Dataset excerpts
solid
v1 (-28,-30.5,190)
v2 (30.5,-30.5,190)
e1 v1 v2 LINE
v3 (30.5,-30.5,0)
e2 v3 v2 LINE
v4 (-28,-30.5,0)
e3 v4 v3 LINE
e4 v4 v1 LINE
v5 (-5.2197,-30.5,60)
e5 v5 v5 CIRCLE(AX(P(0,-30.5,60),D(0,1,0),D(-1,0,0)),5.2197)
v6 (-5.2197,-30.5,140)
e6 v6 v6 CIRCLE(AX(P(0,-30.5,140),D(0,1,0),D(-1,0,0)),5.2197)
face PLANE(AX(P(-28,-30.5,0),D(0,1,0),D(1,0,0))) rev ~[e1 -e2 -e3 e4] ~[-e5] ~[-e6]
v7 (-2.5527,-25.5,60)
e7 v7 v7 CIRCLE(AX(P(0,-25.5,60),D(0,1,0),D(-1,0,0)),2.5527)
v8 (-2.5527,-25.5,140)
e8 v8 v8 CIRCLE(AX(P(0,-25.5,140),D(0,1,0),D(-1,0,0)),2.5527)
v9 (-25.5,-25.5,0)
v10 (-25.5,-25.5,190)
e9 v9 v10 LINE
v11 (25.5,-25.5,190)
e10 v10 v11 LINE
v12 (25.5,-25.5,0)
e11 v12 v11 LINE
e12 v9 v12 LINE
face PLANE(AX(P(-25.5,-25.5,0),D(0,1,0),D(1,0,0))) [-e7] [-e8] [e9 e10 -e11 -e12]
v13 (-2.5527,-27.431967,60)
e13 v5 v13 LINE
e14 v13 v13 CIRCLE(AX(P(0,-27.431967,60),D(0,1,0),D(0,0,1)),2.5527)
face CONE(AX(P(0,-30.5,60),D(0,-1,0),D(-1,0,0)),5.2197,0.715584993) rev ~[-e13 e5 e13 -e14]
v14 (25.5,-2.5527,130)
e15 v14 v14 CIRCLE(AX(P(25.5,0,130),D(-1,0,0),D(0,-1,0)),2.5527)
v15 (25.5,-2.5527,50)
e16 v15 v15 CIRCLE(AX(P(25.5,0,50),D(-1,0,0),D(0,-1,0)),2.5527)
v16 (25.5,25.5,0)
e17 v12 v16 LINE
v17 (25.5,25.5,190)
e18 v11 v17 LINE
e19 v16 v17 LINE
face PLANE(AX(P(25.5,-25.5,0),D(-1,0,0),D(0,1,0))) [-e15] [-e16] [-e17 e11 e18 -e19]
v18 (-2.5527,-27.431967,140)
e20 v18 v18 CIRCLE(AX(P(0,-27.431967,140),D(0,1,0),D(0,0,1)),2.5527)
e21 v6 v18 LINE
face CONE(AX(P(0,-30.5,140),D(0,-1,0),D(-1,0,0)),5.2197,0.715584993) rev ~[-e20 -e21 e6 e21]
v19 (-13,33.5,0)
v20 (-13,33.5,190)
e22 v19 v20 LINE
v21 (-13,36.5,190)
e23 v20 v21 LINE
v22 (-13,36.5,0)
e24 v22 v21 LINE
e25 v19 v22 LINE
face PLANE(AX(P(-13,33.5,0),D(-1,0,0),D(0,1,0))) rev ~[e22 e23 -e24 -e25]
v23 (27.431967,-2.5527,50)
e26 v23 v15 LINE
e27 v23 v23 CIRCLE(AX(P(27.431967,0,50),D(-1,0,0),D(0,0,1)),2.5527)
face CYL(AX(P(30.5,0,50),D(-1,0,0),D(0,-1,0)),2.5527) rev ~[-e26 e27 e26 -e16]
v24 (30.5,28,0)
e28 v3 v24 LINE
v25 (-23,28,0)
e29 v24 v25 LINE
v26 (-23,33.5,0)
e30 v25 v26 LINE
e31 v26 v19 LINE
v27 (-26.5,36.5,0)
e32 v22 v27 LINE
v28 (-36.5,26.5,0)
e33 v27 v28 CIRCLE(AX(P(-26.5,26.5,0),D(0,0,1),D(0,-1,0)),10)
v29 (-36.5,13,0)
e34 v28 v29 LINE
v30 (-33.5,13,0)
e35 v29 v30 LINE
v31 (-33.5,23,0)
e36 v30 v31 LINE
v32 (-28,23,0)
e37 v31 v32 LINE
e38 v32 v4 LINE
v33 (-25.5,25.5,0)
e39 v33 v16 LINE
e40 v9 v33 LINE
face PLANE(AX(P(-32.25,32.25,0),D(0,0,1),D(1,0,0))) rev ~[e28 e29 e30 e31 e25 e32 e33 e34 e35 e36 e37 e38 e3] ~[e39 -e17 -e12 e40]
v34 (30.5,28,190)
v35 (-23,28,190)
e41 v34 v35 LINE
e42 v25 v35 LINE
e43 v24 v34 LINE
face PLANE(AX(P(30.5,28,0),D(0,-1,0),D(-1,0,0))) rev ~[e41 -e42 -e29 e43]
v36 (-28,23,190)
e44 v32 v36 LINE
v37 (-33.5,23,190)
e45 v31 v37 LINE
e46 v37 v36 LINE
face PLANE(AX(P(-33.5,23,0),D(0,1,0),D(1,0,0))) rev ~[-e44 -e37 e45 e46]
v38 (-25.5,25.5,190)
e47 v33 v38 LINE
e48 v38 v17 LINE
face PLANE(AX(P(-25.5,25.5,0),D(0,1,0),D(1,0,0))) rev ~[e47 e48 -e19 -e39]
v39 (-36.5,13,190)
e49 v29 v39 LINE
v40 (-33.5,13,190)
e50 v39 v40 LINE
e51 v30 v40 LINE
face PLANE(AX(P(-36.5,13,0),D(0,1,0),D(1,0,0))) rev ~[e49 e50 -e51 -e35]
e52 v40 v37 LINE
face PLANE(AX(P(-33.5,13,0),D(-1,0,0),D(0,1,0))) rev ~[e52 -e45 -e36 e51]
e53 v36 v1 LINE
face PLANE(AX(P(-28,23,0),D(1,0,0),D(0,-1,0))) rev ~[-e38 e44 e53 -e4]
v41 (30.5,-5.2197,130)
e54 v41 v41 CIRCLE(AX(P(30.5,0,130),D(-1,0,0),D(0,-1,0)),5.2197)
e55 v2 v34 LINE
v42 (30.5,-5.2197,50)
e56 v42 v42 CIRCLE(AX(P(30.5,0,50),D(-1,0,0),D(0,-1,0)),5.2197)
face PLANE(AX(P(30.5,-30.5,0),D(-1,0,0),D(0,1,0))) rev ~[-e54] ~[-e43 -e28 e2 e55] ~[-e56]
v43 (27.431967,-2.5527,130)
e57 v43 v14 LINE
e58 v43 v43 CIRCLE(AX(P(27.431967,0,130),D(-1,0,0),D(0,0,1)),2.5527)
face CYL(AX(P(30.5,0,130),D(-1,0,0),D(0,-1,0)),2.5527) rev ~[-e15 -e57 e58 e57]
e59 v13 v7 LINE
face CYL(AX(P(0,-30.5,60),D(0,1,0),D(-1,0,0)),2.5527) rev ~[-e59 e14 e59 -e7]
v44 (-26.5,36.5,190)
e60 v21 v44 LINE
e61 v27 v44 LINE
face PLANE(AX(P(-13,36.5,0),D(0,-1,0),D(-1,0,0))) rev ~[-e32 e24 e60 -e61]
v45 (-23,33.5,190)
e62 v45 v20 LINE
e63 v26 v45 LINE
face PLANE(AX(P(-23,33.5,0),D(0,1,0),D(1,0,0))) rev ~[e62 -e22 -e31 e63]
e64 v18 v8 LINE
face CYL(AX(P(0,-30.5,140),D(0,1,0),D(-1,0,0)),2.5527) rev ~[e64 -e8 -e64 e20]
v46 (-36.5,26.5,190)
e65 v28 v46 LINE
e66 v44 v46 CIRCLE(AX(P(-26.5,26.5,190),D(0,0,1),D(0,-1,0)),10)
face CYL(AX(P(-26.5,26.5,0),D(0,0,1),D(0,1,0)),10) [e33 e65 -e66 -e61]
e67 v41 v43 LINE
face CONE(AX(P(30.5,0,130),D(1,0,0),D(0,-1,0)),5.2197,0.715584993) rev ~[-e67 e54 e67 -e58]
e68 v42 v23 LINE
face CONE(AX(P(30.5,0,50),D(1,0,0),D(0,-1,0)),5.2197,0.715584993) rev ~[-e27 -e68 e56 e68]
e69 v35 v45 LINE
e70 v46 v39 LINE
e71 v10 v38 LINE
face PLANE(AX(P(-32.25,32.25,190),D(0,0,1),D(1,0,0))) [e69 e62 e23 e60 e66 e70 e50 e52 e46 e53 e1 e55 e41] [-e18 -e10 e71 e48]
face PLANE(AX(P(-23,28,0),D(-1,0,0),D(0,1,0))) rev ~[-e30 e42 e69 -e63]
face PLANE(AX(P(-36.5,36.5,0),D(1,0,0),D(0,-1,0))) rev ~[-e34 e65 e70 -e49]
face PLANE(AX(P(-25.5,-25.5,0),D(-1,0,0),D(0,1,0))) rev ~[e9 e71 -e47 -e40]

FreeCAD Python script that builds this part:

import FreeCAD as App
import Part
import Sketcher

V = App.Vector


def edges_at(feature, points):
    """Names of the edges that pass closest to the given points."""
    edges = feature.Shape.Edges
    near = lambda p: min(range(len(edges)), key=lambda i: edges[i].distToShape(Part.Vertex(*p))[0])
    return sorted({f"Edge{near(p) + 1}" for p in points})

doc = App.newDocument("Part")
body = doc.addObject("PartDesign::Body", "Body")

sketch1 = doc.addObject("Sketcher::SketchObject", "Sketch")
body.addObject(sketch1)
sketch1.AttachmentSupport = (doc.XY_Plane, [""])
sketch1.MapMode = "FlatFace"
sketch1.addGeometry(Part.LineSegment(V(-23, 33.5, 0), V(-13, 33.5, 0)), False)
sketch1.addGeometry(Part.LineSegment(V(-13, 33.5, 0), V(-13, 36.5, 0)), False)
sketch1.addGeometry(Part.LineSegment(V(-13, 36.5, 0), V(-36.5, 36.5, 0)), False)
sketch1.addGeometry(Part.LineSegment(V(-36.5, 36.5, 0), V(-36.5, 13, 0)), False)
sketch1.addGeometry(Part.LineSegment(V(-36.5, 13, 0), V(-33.5, 13, 0)), False)
sketch1.addGeometry(Part.LineSegment(V(-33.5, 13, 0), V(-33.5, 23, 0)), False)
sketch1.addGeometry(Part.LineSegment(V(-33.5, 23, 0), V(-28, 23, 0)), False)
sketch1.addGeometry(Part.LineSegment(V(-28, 23, 0), V(-28, -30.5, 0)), False)
sketch1.addGeometry(Part.LineSegment(V(-28, -30.5, 0), V(30.5, -30.5, 0)), False)
sketch1.addGeometry(Part.LineSegment(V(30.5, -30.5, 0), V(30.5, 28, 0)), False)
sketch1.addGeometry(Part.LineSegment(V(30.5, 28, 0), V(-23, 28, 0)), False)
sketch1.addGeometry(Part.LineSegment(V(-23, 28, 0), V(-23, 33.5, 0)), False)
sketch1.addGeometry(Part.LineSegment(V(25.5, -25.5, 0), V(-25.5, -25.5, 0)), False)
sketch1.addGeometry(Part.LineSegment(V(-25.5, -25.5, 0), V(-25.5, 25.5, 0)), False)
sketch1.addGeometry(Part.LineSegment(V(-25.5, 25.5, 0), V(25.5, 25.5, 0)), False)
sketch1.addGeometry(Part.LineSegment(V(25.5, 25.5, 0), V(25.5, -25.5, 0)), False)
sketch1.addConstraint(Sketcher.Constraint("Coincident", 0, 2, 1, 1))
sketch1.addConstraint(Sketcher.Constraint("Coincident", 1, 2, 2, 1))
sketch1.addConstraint(Sketcher.Constraint("Coincident", 2, 2, 3, 1))
sketch1.addConstraint(Sketcher.Constraint("Coincident", 3, 2, 4, 1))
sketch1.addConstraint(Sketcher.Constraint("Coincident", 4, 2, 5, 1))
sketch1.addConstraint(Sketcher.Constraint("Coincident", 5, 2, 6, 1))
sketch1.addConstraint(Sketcher.Constraint("Coincident", 6, 2, 7, 1))
sketch1.addConstraint(Sketcher.Constraint("Coincident", 7, 2, 8, 1))
sketch1.addConstraint(Sketcher.Constraint("Coincident", 8, 2, 9, 1))
sketch1.addConstraint(Sketcher.Constraint("Coincident", 9, 2, 10, 1))
sketch1.addConstraint(Sketcher.Constraint("Coincident", 10, 2, 11, 1))
sketch1.addConstraint(Sketcher.Constraint("Coincident", 11, 2, 0, 1))
sketch1.addConstraint(Sketcher.Constraint("Coincident", 12, 2, 13, 1))
sketch1.addConstraint(Sketcher.Constraint("Coincident", 13, 2, 14, 1))
sketch1.addConstraint(Sketcher.Constraint("Coincident", 14, 2, 15, 1))
sketch1.addConstraint(Sketcher.Constraint("Coincident", 15, 2, 12, 1))
sketch1.addConstraint(Sketcher.Constraint("Horizontal", 0))
sketch1.addConstraint(Sketcher.Constraint("Vertical", 1))
sketch1.addConstraint(Sketcher.Constraint("Horizontal", 2))
sketch1.addConstraint(Sketcher.Constraint("Vertical", 3))
sketch1.addConstraint(Sketcher.Constraint("Horizontal", 4))
sketch1.addConstraint(Sketcher.Constraint("Vertical", 5))
sketch1.addConstraint(Sketcher.Constraint("Horizontal", 6))
sketch1.addConstraint(Sketcher.Constraint("Vertical", 7))
sketch1.addConstraint(Sketcher.Constraint("Horizontal", 8))
sketch1.addConstraint(Sketcher.Constraint("Vertical", 9))
sketch1.addConstraint(Sketcher.Constraint("Horizontal", 10))
sketch1.addConstraint(Sketcher.Constraint("Vertical", 11))
sketch1.addConstraint(Sketcher.Constraint("Horizontal", 12))
sketch1.addConstraint(Sketcher.Constraint("Vertical", 13))
sketch1.addConstraint(Sketcher.Constraint("Horizontal", 14))
sketch1.addConstraint(Sketcher.Constraint("Vertical", 15))
sketch1.addConstraint(Sketcher.Constraint("Symmetric", 12, 2, 14, 2, -1, 1))
sketch1.addConstraint(Sketcher.Constraint("Equal", 4, 1))
sketch1.addConstraint(Sketcher.Constraint("Equal", 2, 3))
sketch1.addConstraint(Sketcher.Constraint("Equal", 0, 5))
sketch1.addConstraint(Sketcher.Constraint("Equal", 10, 7))
sketch1.addConstraint(Sketcher.Constraint("Equal", 8, 9))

### DIRECTIONS
Starting from the first line of the records above, retype each line exactly up to and including the one that contains "v6 (-5.2197,-30.5,140)", and nothing more.

### SOLUTION TO THIS PROBLEM
solid
v1 (-28,-30.5,190)
v2 (30.5,-30.5,190)
e1 v1 v2 LINE
v3 (30.5,-30.5,0)
e2 v3 v2 LINE
v4 (-28,-30.5,0)
e3 v4 v3 LINE
e4 v4 v1 LINE
v5 (-5.2197,-30.5,60)
e5 v5 v5 CIRCLE(AX(P(0,-30.5,60),D(0,1,0),D(-1,0,0)),5.2197)
v6 (-5.2197,-30.5,140)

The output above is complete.